FeM2X4 spinel structures, where M is a transition metal and X is oxygen or sulfur, are candidate materials for spin filters, one of the key devices in spintronics. Both the Fe and M ions can occupy tetrahedral and octahedral sites; therefore, these types of compounds can display various physical and chemical properties [1]. On the other hand, the electronic and magnetic properties of these spinel structures could be modified via the control of cation distribution [2, 3]. Among the spinel oxides, iron manganese oxide is one of promising materials for applications. FeMn2O4 shows inverse spinel structure above 390 K and ferrimagnetic properties below the temperature [4]. In this work, we report on the structural and magnetic properties of epitaxial FeMn2O4 thin film on MgO(100) substrate.
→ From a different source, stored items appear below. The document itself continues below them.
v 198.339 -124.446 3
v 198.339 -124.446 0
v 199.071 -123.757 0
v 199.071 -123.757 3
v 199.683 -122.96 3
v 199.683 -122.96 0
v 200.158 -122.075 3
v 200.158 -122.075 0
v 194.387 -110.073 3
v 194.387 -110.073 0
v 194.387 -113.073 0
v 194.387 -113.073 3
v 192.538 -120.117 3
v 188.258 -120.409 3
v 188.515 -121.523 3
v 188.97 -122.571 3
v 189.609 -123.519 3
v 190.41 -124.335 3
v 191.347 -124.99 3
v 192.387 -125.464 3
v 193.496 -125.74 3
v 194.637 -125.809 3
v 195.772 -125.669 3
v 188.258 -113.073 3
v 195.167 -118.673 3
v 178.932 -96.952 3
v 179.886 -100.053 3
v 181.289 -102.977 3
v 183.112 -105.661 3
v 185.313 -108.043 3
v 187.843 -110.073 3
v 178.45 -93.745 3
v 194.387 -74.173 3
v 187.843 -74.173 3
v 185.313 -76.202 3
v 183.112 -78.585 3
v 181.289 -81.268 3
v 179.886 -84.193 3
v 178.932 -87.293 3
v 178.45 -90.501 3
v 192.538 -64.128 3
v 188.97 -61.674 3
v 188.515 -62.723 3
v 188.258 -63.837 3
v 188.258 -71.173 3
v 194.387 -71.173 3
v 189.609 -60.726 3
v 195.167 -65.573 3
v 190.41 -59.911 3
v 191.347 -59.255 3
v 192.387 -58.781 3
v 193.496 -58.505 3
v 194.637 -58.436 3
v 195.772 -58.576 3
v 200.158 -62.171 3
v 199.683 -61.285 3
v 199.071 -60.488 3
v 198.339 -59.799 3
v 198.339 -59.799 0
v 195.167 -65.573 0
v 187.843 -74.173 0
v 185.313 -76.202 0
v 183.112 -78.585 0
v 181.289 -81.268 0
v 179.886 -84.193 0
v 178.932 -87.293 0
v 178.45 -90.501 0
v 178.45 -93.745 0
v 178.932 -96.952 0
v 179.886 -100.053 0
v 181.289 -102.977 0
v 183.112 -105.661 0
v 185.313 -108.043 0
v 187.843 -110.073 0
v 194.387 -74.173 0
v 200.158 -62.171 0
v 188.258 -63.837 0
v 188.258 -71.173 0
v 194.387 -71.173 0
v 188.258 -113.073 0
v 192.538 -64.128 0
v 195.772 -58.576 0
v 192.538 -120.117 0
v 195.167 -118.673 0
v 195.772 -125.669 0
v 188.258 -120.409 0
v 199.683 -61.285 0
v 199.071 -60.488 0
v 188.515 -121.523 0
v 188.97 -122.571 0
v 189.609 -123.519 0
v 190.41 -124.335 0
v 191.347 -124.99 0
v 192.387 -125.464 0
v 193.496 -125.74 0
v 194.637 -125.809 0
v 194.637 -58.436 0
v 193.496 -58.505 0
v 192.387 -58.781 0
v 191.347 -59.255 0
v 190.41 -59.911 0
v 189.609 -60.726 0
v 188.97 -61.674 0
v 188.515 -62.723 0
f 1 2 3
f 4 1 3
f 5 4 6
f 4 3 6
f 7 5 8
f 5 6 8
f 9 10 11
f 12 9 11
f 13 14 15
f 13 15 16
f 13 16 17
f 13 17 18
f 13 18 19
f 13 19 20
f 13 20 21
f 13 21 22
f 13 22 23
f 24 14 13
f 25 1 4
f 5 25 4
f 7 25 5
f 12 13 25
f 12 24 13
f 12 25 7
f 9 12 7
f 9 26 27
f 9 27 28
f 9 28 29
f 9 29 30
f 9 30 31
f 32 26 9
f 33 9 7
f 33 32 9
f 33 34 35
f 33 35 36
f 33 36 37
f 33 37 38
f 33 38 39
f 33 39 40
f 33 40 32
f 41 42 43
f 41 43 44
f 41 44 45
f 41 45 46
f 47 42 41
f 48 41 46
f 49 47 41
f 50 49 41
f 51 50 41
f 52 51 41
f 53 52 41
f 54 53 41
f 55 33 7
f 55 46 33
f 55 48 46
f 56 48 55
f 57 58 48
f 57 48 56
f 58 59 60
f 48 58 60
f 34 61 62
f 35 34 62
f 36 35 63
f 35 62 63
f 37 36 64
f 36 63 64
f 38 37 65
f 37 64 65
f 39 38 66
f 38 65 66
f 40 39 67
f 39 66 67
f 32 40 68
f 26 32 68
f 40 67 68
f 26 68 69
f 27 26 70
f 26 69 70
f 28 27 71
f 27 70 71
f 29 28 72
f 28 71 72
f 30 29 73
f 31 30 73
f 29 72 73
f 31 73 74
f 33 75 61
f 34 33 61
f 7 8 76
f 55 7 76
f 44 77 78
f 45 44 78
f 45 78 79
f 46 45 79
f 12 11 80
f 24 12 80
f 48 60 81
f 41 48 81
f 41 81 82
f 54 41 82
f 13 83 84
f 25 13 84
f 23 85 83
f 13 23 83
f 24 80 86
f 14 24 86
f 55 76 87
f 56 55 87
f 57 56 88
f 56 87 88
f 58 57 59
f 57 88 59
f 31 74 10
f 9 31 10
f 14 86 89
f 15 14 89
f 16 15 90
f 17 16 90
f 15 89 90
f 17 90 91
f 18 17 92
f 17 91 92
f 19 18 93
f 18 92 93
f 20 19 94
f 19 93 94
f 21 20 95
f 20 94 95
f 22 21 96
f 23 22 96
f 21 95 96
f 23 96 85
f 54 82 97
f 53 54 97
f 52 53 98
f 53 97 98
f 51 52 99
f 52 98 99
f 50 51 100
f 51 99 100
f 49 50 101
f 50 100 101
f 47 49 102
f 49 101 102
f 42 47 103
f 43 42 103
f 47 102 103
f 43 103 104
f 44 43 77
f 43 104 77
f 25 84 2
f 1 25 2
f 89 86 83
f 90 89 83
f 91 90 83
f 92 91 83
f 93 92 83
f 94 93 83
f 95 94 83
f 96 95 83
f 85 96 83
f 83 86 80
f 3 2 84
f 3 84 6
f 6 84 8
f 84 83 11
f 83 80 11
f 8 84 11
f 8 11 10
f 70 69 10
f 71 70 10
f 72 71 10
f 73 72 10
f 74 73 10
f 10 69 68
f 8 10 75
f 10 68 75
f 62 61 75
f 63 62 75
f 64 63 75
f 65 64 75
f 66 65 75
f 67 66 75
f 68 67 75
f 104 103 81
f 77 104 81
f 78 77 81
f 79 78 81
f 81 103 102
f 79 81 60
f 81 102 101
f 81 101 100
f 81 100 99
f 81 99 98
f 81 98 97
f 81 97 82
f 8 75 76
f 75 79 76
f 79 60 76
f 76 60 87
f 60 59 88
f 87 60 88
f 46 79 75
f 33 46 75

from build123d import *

# Parameters (mm, degrees)
BASE_EXTRUDE_DEPTH = 3


with BuildPart() as part:
    # Sketch1 → Base-Extrude (new body)
    with BuildSketch(Plane.XY):
        with BuildLine():
            Line((195.167267959, -118.672665529), (198.339039248, -124.445885207))
            ThreePointArc((198.339039248, -124.445885207), (199.392796981, -123.370856688), (200.158445725, -122.07475728))
            Line((200.158445725, -122.07475728), (200.158445725, -62.170573778))
            ThreePointArc((200.158445725, -62.170573778), (199.392796981, -60.874474369), (198.339039248, -59.79944585))
            Line((198.339039248, -59.79944585), (195.167267959, -65.572665529))
            Line((195.167267959, -65.572665529), (192.537947509, -64.128133088))
            Line((192.537947509, -64.128133088), (195.771956334, -58.576419897))
            ThreePointArc((195.771956334, -58.576419897), (190.863435389, -59.561310884), (188.258458895, -63.836551882))
            Line((188.258458895, -63.836551882), (188.258458895, -71.172665529))
            Line((188.258458895, -71.172665529), (194.386873079, -71.172665529))
            Line((194.386873079, -71.172665529), (194.386873079, -74.172665529))
            Line((194.386873079, -74.172665529), (187.843216204, -74.172665529))
            ThreePointArc((187.843216204, -74.172665529), (178.389950643, -92.122665529), (187.843216204, -110.072665529))
            Line((187.843216204, -110.072665529), (194.386873079, -110.072665529))
            Line((194.386873079, -110.072665529), (194.386873079, -113.072665529))
            Line((194.386873079, -113.072665529), (188.258458895, -113.072665529))
            Line((188.258458895, -113.072665529), (188.258458895, -120.408779175))
            ThreePointArc((188.258458895, -120.408779175), (190.863435389, -124.684020173), (195.771956334, -125.66891116))
            Line((195.771956334, -125.66891116), (192.537947509, -120.117197969))
            Line((192.537947509, -120.117197969), (195.167267959, -118.672665529))
        make_face()
    extrude(amount=BASE_EXTRUDE_DEPTH)


solid = part.part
The reflection high energy electron diffraction (RHEED) and X-ray diffraction (XRD) results indicated that films were epitaxially grown on MgO(100) without the impurity phases. The valance states of Fe and Mn in the FeMn2O4 film were carried out using x-ray photoelectron spectrometer (XPS). The magnetic properties were measured by vibrating sample magnetometer (VSM), indicating that the samples are ferromagnetic at room temperature. The structural detail and origin of magnetic ordering in FeMn2O4 will be discussed.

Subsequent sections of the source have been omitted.